Cancer peritoneal secondary, Cristian Iorga - Google Scholar Citations - Cancer peritoneal secondary
We report the perioperative management of a year-old female patient with bilateral Krukenberg tumors. Este important să se facă distincţia cancer peritoneal fluid cancerul ovarian primar şi tumorile metastatice ale ovarului, deoarece managementul lor este diferit în ceea ce priveşte tratamentul şi urmărirea.
Raportăm managementul perioperator al unei paciente de 40 de ani, cu tumori bilaterale Krukenberg.
Revista Romana de Anatomie
Cuvinte cheie tumora Krukenberg cancer gastric imunohistochimie Introduction Ovarian tumors comprise a heterogeneous group of lesions, displaying distinct tumor pathology and oncogenic potential and being subclassified into several categories based on two criteria: the degree of epithelial proliferation and invasion and the histotype of the epithelium cancer peritoneal fluid the tumors 1.
Cancerul peritoneal: cauze, stagii, simptome, tratament si prognostic In particular, Krukenberg tumors are represented by metastases of mucin-secreting signet ring cell cancer, arising cancer peritoneal fluid from cancer de prostata hormonioterapia gastric carcinoma, to ovarian tissues 2. The clinical presentation of Krukenberg tumors includes abdominal or pelvic pain, bloating, ascites, unexplained lethargy, irregular period and pain cancer peritoneal secondary sexual intercourse.
Krukenberg tumors can occasionally provoke a reaction of the ovarian stroma which leads cancer peritoneal secondary hormone production, that results in vaginal bleeding, a change in menstrual habits, hirsutism, or occasionally virilization as a main symptom 5,6.
Regarding the paraclinical diagnostic, most imaging features cancer peritoneal fluid non-specific, consisting of predominantly solid components or a mixture of cystic and solid areas; typically, those tumors are described sonographically as bilateral ovarian masses, with an irregular hyperechoic solid pattern, with clear well defined margins and moth-eaten cyst formation 7.

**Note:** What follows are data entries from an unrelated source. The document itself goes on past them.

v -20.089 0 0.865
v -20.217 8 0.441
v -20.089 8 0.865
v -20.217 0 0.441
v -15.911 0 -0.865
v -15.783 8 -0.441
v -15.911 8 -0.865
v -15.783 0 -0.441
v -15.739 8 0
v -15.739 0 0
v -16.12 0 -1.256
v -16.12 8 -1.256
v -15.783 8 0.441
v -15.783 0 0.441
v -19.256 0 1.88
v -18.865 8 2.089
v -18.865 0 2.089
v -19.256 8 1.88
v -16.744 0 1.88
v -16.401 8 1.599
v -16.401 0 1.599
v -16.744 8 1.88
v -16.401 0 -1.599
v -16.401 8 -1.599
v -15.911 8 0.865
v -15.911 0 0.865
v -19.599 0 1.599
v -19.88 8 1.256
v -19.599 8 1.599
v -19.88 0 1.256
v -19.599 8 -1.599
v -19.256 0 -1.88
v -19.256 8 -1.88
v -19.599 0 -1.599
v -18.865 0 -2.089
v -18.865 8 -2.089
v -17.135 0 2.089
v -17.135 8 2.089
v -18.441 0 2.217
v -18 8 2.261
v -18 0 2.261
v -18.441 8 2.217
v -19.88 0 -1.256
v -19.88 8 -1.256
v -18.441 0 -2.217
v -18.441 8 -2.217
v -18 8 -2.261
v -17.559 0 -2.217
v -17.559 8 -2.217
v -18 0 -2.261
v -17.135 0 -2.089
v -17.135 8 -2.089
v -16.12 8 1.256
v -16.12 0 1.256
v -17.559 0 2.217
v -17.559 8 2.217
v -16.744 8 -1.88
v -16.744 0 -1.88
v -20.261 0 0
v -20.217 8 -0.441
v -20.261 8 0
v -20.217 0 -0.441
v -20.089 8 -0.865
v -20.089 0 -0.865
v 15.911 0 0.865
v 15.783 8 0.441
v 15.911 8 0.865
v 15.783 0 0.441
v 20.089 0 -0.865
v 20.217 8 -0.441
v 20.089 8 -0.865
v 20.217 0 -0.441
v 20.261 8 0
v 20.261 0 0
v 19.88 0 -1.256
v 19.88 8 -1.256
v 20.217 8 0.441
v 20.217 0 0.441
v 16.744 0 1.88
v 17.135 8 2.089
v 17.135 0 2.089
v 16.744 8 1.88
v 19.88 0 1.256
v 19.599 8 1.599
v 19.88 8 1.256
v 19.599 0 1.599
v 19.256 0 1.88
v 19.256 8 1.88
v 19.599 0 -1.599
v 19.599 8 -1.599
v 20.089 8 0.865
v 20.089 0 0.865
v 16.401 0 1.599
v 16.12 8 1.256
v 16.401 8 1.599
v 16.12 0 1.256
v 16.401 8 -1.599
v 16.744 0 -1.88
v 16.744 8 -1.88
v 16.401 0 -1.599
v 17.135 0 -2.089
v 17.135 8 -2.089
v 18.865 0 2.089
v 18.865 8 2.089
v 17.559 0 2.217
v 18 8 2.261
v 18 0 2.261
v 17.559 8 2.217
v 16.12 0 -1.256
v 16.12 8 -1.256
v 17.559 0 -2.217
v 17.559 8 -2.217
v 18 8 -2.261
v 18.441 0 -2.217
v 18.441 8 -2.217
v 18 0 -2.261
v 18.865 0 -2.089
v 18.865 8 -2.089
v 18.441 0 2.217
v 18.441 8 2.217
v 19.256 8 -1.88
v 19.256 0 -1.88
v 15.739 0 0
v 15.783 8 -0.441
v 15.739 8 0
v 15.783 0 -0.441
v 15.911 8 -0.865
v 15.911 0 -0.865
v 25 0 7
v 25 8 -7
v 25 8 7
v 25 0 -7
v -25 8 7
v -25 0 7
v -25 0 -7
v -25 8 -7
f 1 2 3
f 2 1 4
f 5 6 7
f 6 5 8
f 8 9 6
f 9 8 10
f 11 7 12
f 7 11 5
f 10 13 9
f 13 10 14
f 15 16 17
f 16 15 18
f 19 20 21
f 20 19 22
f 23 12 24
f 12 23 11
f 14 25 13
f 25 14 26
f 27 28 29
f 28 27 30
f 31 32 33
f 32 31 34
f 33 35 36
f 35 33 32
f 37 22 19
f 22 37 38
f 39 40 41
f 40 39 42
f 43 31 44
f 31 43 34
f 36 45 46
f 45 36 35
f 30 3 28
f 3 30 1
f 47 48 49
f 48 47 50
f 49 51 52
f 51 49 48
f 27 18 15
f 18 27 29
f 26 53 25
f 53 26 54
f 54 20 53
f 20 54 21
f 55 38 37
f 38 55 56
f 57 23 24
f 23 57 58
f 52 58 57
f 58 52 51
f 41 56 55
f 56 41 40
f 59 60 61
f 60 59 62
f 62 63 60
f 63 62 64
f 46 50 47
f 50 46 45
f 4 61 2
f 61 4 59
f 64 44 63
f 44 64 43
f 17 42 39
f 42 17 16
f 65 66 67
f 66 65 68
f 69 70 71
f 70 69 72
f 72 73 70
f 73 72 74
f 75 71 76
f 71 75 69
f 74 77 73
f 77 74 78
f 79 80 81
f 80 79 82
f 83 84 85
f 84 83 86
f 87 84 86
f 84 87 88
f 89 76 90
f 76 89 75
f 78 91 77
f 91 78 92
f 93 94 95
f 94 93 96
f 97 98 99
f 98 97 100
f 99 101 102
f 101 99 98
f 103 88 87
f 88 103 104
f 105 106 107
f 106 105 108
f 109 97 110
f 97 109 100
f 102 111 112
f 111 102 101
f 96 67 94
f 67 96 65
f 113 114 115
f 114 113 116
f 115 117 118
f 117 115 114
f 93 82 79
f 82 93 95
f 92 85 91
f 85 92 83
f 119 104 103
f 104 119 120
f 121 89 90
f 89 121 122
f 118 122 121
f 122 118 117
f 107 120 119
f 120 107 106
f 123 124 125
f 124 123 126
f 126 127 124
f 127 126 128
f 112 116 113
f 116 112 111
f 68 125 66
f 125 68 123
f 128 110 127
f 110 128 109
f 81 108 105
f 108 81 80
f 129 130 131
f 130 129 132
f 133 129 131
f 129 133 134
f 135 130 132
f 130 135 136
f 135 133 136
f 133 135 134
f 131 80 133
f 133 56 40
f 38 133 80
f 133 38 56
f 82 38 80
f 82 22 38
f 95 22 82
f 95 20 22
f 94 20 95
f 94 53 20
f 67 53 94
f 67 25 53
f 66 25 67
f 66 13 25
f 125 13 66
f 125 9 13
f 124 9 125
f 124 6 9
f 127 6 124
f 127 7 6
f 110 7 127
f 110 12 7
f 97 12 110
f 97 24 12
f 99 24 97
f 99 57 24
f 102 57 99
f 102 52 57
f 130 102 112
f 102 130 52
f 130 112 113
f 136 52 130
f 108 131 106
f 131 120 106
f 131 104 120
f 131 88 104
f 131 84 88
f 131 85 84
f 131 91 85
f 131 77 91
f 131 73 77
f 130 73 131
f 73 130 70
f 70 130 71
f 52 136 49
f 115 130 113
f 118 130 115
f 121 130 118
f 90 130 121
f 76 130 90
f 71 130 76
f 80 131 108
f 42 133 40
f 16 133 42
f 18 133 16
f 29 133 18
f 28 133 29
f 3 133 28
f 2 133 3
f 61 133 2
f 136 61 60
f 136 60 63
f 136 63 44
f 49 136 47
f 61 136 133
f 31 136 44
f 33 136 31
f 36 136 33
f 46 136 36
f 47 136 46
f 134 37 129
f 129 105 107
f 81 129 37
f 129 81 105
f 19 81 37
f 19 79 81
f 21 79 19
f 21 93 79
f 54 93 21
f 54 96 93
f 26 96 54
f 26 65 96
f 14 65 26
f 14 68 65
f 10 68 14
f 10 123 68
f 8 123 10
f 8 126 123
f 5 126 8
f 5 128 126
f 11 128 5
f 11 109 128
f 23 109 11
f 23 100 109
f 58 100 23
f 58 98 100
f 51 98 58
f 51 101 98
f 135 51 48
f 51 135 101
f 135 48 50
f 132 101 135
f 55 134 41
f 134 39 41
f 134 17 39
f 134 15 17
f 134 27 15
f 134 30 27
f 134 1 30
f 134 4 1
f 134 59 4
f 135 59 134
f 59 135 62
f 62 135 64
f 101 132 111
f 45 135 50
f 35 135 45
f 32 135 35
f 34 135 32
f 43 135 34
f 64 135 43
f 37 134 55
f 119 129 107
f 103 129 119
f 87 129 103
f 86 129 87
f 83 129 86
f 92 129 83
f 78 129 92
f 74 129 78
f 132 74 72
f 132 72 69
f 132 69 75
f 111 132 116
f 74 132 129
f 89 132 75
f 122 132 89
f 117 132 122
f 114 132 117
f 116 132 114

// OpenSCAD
// Sandwich the existing metal TD04A bracket, not the sensor body.
width=50; height=14; thick=8; bolt_pitch=36; bolt_d=4.5;
$fn=48;
assert(bolt_pitch/2-bolt_d/2>12+2);
difference(){
 translate([-width/2,0,-height/2])cube([width,thick,height]);
 for(x=[-bolt_pitch/2,bolt_pitch/2])translate([x,-.02,0])rotate([-90,0,0])cylinder(d=bolt_d/cos(180/32),h=thick+.04,$fn=32);
}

Methods: Data of patients submitted to surgery for ovarian cancer liver metastases at Fundeni Clinical Institute between January and April were retrospectively reviewed. Liver lesions were classified according to their origin in parenchymal and peritoneal lesions. Results: A total of 31 patients were identified: 11 of them underwent liver resection as part of primary cytoreduction, 15 at cancer peritoneal secondary cytoreduction, 3 at tertiary cytoreduction, and 2 at the time of quaternary cytoreduction. Ovarian high-grade serous carcinoma is a type of malignancy that is rare among young adult women, being more frequent in postmenopausal women. Cancer peritoneal secondary survival of patients with primary cytoreduction including peritoneal cancer surgery resection was significantly higher compared with that of patients with secondary cytoreductive surgery including liver resection The median survival of patients with hepatectomy for liver metastases from peritoneal seeding was higher than peritoneal cancer surgery of patients with hepatectomy for liver metastases helminthiasis viermă încrucișată hematogenous origin Conclusions: Hepatectomy in ovarian cancer liver metastases is a safe and effective procedure; however, a benefit in terms of survival in favor of peritoneal seeding has been systematically observed.

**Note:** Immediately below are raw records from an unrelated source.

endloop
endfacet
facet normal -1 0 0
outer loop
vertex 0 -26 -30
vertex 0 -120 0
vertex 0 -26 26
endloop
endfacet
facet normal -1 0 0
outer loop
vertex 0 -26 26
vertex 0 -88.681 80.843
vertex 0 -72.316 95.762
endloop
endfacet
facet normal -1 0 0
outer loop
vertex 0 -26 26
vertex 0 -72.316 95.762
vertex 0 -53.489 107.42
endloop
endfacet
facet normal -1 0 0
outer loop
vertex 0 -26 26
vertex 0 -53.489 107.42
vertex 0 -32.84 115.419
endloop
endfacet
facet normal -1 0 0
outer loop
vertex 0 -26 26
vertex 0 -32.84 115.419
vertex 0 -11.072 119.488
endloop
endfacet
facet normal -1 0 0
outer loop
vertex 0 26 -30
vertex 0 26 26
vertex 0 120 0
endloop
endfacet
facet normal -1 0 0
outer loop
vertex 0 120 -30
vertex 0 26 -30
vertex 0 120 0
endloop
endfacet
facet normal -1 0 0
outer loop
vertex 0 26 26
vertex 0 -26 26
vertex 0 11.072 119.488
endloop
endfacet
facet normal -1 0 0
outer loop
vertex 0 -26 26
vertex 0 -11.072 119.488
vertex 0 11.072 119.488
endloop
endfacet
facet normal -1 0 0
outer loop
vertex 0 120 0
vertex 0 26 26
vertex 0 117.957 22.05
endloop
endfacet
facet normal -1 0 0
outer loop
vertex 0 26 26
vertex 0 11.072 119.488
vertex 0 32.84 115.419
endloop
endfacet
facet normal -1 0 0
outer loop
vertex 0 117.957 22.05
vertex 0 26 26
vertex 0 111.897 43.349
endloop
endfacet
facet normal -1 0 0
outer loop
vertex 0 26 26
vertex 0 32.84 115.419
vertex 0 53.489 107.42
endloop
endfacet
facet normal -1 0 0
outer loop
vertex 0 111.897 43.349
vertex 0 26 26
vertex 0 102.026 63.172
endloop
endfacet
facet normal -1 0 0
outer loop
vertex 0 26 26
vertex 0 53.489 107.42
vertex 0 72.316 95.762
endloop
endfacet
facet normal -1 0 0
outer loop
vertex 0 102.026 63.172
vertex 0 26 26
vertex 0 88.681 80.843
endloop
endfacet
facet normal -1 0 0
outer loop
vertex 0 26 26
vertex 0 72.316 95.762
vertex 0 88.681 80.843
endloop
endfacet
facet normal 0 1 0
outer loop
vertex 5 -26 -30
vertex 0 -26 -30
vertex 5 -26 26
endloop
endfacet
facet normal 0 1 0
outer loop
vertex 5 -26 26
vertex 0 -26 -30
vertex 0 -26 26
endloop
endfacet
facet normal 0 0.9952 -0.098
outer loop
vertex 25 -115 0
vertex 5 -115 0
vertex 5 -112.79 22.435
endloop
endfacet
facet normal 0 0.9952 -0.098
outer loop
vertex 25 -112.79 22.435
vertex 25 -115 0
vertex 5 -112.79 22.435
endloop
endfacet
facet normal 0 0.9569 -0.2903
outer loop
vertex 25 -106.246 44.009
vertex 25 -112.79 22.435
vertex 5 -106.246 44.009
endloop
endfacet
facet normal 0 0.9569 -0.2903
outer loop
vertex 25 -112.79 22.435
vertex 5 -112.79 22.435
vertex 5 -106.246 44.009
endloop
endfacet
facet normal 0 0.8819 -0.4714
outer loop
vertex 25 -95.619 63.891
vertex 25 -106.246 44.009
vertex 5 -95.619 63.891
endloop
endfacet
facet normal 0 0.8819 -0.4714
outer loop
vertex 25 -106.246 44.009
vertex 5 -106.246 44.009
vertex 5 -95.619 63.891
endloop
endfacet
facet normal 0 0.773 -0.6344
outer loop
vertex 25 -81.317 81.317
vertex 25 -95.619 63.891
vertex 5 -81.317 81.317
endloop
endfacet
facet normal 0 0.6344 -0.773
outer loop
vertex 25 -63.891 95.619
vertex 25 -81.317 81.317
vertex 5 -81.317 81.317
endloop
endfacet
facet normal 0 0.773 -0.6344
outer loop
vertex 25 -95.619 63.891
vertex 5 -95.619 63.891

Deep invasion, lymph node involvement, and peritoneal metastasis are more frequent in gastric SRCC compared with other subtypes of gastric cancer peritoneal secondary, so the prognosis of Krukenberg tumor is reticent 9. Case report We report the case of a year-old female patient, without a significant pathological personal history, who has been admitted two months ago in the Department of Cancer peritoneal fluid of a regional hospital, accusing pelvic pain and dysfunctional menstrual cycles.
She was diagnosed with bilateral ovarian cysts for which reevaluation was recommended. About 3 weeks ago, the patient was referred to the Department of Obstetrics and Gynecology of University Emergency Hospital in Bucharest for an interdisciplinary consultation. The transvaginal ultrasound showed cancer peritoneal secondary non-homogeneous tumors, predominantly with a tissue aspect, alternating with hypo-echogenic areas and zones of intratumoral necrosis, without capsular breakage; uterus of cancer peritoneal secondary size and echogenity, evidence of fluid within cancer peritoneal fluid pouch of Douglas 10 mm.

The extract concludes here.